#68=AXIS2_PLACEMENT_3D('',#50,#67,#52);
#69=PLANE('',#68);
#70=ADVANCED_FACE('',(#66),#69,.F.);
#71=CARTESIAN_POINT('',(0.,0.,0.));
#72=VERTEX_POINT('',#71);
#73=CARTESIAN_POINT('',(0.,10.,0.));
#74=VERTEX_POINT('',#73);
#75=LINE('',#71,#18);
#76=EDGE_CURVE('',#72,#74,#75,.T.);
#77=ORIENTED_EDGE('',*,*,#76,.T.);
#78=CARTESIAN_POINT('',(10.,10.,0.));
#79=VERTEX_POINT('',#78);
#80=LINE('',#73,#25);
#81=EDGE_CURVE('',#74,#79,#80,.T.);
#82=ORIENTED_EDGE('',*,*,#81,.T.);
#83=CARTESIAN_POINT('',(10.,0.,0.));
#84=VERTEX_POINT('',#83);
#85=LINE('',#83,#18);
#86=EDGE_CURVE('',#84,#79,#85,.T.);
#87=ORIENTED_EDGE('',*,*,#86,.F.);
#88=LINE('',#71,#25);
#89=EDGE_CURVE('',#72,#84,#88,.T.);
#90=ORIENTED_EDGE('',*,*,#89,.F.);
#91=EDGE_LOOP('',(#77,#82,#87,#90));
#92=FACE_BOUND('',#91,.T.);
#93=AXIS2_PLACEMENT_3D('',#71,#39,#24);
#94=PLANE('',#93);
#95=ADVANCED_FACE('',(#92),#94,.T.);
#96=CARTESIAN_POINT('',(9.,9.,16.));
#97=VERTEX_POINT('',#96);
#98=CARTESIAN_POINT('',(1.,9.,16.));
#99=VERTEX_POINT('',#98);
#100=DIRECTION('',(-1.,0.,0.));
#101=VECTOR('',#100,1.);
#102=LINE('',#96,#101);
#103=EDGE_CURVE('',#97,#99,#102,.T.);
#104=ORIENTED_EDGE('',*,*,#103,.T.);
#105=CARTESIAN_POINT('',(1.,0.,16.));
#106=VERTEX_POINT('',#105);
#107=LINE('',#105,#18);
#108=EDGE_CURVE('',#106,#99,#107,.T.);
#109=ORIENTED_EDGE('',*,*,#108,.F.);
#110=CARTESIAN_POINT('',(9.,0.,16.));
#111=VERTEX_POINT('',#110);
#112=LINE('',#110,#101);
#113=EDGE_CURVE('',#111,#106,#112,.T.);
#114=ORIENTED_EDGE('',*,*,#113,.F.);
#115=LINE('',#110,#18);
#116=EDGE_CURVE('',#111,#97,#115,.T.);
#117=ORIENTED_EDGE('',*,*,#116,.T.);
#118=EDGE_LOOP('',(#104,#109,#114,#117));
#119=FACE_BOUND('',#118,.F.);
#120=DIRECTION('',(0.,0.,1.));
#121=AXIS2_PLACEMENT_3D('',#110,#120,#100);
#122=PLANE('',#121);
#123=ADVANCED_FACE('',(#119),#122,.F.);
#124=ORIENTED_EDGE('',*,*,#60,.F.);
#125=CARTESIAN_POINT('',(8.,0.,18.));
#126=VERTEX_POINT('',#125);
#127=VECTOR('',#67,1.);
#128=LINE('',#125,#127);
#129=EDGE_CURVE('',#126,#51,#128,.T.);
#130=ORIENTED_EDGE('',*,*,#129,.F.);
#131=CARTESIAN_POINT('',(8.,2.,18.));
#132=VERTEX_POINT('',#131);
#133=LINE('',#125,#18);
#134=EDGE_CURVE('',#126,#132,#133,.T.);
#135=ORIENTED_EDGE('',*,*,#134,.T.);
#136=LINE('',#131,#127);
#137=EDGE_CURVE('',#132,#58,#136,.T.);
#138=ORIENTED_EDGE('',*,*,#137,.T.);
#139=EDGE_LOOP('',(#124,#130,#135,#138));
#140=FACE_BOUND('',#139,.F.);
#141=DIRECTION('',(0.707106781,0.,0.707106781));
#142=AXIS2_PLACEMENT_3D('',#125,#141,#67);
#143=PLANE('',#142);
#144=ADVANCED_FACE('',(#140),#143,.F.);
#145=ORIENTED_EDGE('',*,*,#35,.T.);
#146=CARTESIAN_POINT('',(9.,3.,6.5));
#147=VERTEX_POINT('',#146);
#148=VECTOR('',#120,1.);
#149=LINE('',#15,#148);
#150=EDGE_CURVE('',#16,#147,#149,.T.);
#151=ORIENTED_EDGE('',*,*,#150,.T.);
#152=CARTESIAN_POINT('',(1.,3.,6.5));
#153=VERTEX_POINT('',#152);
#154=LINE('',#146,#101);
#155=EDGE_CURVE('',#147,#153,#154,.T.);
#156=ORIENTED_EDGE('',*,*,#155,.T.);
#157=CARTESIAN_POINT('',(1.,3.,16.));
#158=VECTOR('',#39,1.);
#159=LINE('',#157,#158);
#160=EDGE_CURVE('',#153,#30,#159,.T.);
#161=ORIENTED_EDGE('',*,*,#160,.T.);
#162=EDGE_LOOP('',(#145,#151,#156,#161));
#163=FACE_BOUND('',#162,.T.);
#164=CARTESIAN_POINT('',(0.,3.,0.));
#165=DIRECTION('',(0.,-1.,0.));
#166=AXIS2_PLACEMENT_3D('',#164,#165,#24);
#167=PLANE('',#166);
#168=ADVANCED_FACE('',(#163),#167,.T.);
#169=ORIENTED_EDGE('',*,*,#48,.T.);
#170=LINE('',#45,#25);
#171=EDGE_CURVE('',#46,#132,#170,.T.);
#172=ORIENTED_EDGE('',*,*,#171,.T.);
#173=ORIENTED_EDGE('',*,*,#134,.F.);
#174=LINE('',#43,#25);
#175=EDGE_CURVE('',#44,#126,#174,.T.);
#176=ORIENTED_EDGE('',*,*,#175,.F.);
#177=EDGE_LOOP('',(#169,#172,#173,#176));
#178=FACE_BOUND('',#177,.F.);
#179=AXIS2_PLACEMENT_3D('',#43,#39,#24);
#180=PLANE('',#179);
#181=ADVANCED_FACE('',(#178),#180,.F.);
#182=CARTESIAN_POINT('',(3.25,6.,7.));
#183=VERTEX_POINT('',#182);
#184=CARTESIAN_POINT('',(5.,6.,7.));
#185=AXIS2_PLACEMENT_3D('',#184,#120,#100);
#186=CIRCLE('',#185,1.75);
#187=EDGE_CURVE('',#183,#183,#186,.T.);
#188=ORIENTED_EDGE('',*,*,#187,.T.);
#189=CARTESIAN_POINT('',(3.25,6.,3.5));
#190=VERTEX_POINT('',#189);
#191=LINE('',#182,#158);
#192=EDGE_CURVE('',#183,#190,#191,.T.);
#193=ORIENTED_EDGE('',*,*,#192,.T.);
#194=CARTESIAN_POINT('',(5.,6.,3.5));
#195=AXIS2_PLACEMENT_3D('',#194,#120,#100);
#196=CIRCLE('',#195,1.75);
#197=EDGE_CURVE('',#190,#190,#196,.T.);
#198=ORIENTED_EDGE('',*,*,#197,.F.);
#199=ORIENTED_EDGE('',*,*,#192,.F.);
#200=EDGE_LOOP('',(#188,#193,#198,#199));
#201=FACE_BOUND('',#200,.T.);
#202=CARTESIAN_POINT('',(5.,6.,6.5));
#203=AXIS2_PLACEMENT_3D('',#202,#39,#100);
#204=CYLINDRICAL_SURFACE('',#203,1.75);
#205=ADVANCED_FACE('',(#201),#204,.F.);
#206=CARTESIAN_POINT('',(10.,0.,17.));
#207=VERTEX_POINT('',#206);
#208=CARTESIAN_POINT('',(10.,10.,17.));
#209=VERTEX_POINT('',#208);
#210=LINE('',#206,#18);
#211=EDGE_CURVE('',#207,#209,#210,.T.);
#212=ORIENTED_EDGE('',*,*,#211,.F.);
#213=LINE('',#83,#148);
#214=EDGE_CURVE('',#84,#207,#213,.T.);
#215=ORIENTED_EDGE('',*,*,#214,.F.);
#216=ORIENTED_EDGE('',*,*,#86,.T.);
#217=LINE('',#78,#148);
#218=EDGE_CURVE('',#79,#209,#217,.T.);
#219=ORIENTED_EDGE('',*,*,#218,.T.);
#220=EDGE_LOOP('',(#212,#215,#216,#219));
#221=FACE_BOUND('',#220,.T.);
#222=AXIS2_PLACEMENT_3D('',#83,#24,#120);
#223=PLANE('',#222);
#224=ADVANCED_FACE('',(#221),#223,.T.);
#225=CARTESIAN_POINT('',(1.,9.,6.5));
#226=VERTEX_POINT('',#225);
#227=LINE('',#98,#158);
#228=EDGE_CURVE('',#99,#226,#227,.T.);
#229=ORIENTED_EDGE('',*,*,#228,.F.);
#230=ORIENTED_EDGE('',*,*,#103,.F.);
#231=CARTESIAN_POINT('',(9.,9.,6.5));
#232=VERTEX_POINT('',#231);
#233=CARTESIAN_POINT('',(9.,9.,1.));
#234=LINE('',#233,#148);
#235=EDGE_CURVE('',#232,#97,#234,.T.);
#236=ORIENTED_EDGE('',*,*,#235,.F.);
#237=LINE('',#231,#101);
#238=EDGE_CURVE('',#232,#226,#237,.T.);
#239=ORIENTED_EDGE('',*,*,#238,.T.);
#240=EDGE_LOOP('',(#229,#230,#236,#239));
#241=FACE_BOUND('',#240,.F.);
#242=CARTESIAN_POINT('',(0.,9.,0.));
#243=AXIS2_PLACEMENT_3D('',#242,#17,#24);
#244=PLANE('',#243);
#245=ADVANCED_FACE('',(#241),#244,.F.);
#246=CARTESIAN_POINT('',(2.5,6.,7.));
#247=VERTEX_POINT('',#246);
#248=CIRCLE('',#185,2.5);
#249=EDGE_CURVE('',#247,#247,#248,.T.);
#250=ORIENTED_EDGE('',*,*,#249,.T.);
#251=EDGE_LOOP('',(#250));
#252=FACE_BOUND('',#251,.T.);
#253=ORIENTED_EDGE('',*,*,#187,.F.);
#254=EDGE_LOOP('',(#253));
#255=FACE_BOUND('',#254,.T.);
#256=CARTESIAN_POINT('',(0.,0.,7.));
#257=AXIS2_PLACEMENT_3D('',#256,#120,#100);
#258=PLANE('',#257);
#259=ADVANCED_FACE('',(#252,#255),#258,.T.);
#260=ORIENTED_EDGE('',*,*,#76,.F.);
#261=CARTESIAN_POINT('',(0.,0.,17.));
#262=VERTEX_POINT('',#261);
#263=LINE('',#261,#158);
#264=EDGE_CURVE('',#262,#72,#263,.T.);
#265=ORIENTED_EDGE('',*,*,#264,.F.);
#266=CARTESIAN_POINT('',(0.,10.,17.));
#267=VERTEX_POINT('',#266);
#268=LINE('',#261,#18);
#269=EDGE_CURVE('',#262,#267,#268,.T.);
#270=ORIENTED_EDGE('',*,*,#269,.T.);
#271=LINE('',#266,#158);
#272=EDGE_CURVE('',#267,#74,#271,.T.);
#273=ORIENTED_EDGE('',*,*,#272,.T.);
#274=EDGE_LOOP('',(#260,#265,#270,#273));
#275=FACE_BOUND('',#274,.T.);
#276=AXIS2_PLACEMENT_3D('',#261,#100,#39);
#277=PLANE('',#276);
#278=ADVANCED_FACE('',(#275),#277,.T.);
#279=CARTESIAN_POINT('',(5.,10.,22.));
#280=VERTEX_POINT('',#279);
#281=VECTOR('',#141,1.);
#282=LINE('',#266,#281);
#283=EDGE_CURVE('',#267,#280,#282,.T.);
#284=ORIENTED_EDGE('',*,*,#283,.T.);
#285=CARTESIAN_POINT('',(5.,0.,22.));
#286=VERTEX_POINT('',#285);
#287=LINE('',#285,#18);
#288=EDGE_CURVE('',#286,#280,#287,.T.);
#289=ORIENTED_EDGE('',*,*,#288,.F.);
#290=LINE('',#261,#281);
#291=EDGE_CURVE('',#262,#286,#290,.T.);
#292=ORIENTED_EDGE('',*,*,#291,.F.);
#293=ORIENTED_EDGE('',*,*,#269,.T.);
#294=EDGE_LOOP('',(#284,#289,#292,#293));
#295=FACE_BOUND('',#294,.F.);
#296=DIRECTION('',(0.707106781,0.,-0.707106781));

Exercise goal: Could you restate, word for word, the lines above from the one with "#156=ORIENTED_EDGE('',*,*,#155,.T.);" to the one with "#218=EDGE_CURVE('',#79,#209,#217,.T.);", both included?

Answer:
#156=ORIENTED_EDGE('',*,*,#155,.T.);
#157=CARTESIAN_POINT('',(1.,3.,16.));
#158=VECTOR('',#39,1.);
#159=LINE('',#157,#158);
#160=EDGE_CURVE('',#153,#30,#159,.T.);
#161=ORIENTED_EDGE('',*,*,#160,.T.);
#162=EDGE_LOOP('',(#145,#151,#156,#161));
#163=FACE_BOUND('',#162,.T.);
#164=CARTESIAN_POINT('',(0.,3.,0.));
#165=DIRECTION('',(0.,-1.,0.));
#166=AXIS2_PLACEMENT_3D('',#164,#165,#24);
#167=PLANE('',#166);
#168=ADVANCED_FACE('',(#163),#167,.T.);
#169=ORIENTED_EDGE('',*,*,#48,.T.);
#170=LINE('',#45,#25);
#171=EDGE_CURVE('',#46,#132,#170,.T.);
#172=ORIENTED_EDGE('',*,*,#171,.T.);
#173=ORIENTED_EDGE('',*,*,#134,.F.);
#174=LINE('',#43,#25);
#175=EDGE_CURVE('',#44,#126,#174,.T.);
#176=ORIENTED_EDGE('',*,*,#175,.F.);
#177=EDGE_LOOP('',(#169,#172,#173,#176));
#178=FACE_BOUND('',#177,.F.);
#179=AXIS2_PLACEMENT_3D('',#43,#39,#24);
#180=PLANE('',#179);
#181=ADVANCED_FACE('',(#178),#180,.F.);
#182=CARTESIAN_POINT('',(3.25,6.,7.));
#183=VERTEX_POINT('',#182);
#184=CARTESIAN_POINT('',(5.,6.,7.));
#185=AXIS2_PLACEMENT_3D('',#184,#120,#100);
#186=CIRCLE('',#185,1.75);
#187=EDGE_CURVE('',#183,#183,#186,.T.);
#188=ORIENTED_EDGE('',*,*,#187,.T.);
#189=CARTESIAN_POINT('',(3.25,6.,3.5));
#190=VERTEX_POINT('',#189);
#191=LINE('',#182,#158);
#192=EDGE_CURVE('',#183,#190,#191,.T.);
#193=ORIENTED_EDGE('',*,*,#192,.T.);
#194=CARTESIAN_POINT('',(5.,6.,3.5));
#195=AXIS2_PLACEMENT_3D('',#194,#120,#100);
#196=CIRCLE('',#195,1.75);
#197=EDGE_CURVE('',#190,#190,#196,.T.);
#198=ORIENTED_EDGE('',*,*,#197,.F.);
#199=ORIENTED_EDGE('',*,*,#192,.F.);
#200=EDGE_LOOP('',(#188,#193,#198,#199));
#201=FACE_BOUND('',#200,.T.);
#202=CARTESIAN_POINT('',(5.,6.,6.5));
#203=AXIS2_PLACEMENT_3D('',#202,#39,#100);
#204=CYLINDRICAL_SURFACE('',#203,1.75);
#205=ADVANCED_FACE('',(#201),#204,.F.);
#206=CARTESIAN_POINT('',(10.,0.,17.));
#207=VERTEX_POINT('',#206);
#208=CARTESIAN_POINT('',(10.,10.,17.));
#209=VERTEX_POINT('',#208);
#210=LINE('',#206,#18);
#211=EDGE_CURVE('',#207,#209,#210,.T.);
#212=ORIENTED_EDGE('',*,*,#211,.F.);
#213=LINE('',#83,#148);
#214=EDGE_CURVE('',#84,#207,#213,.T.);
#215=ORIENTED_EDGE('',*,*,#214,.F.);
#216=ORIENTED_EDGE('',*,*,#86,.T.);
#217=LINE('',#78,#148);
#218=EDGE_CURVE('',#79,#209,#217,.T.);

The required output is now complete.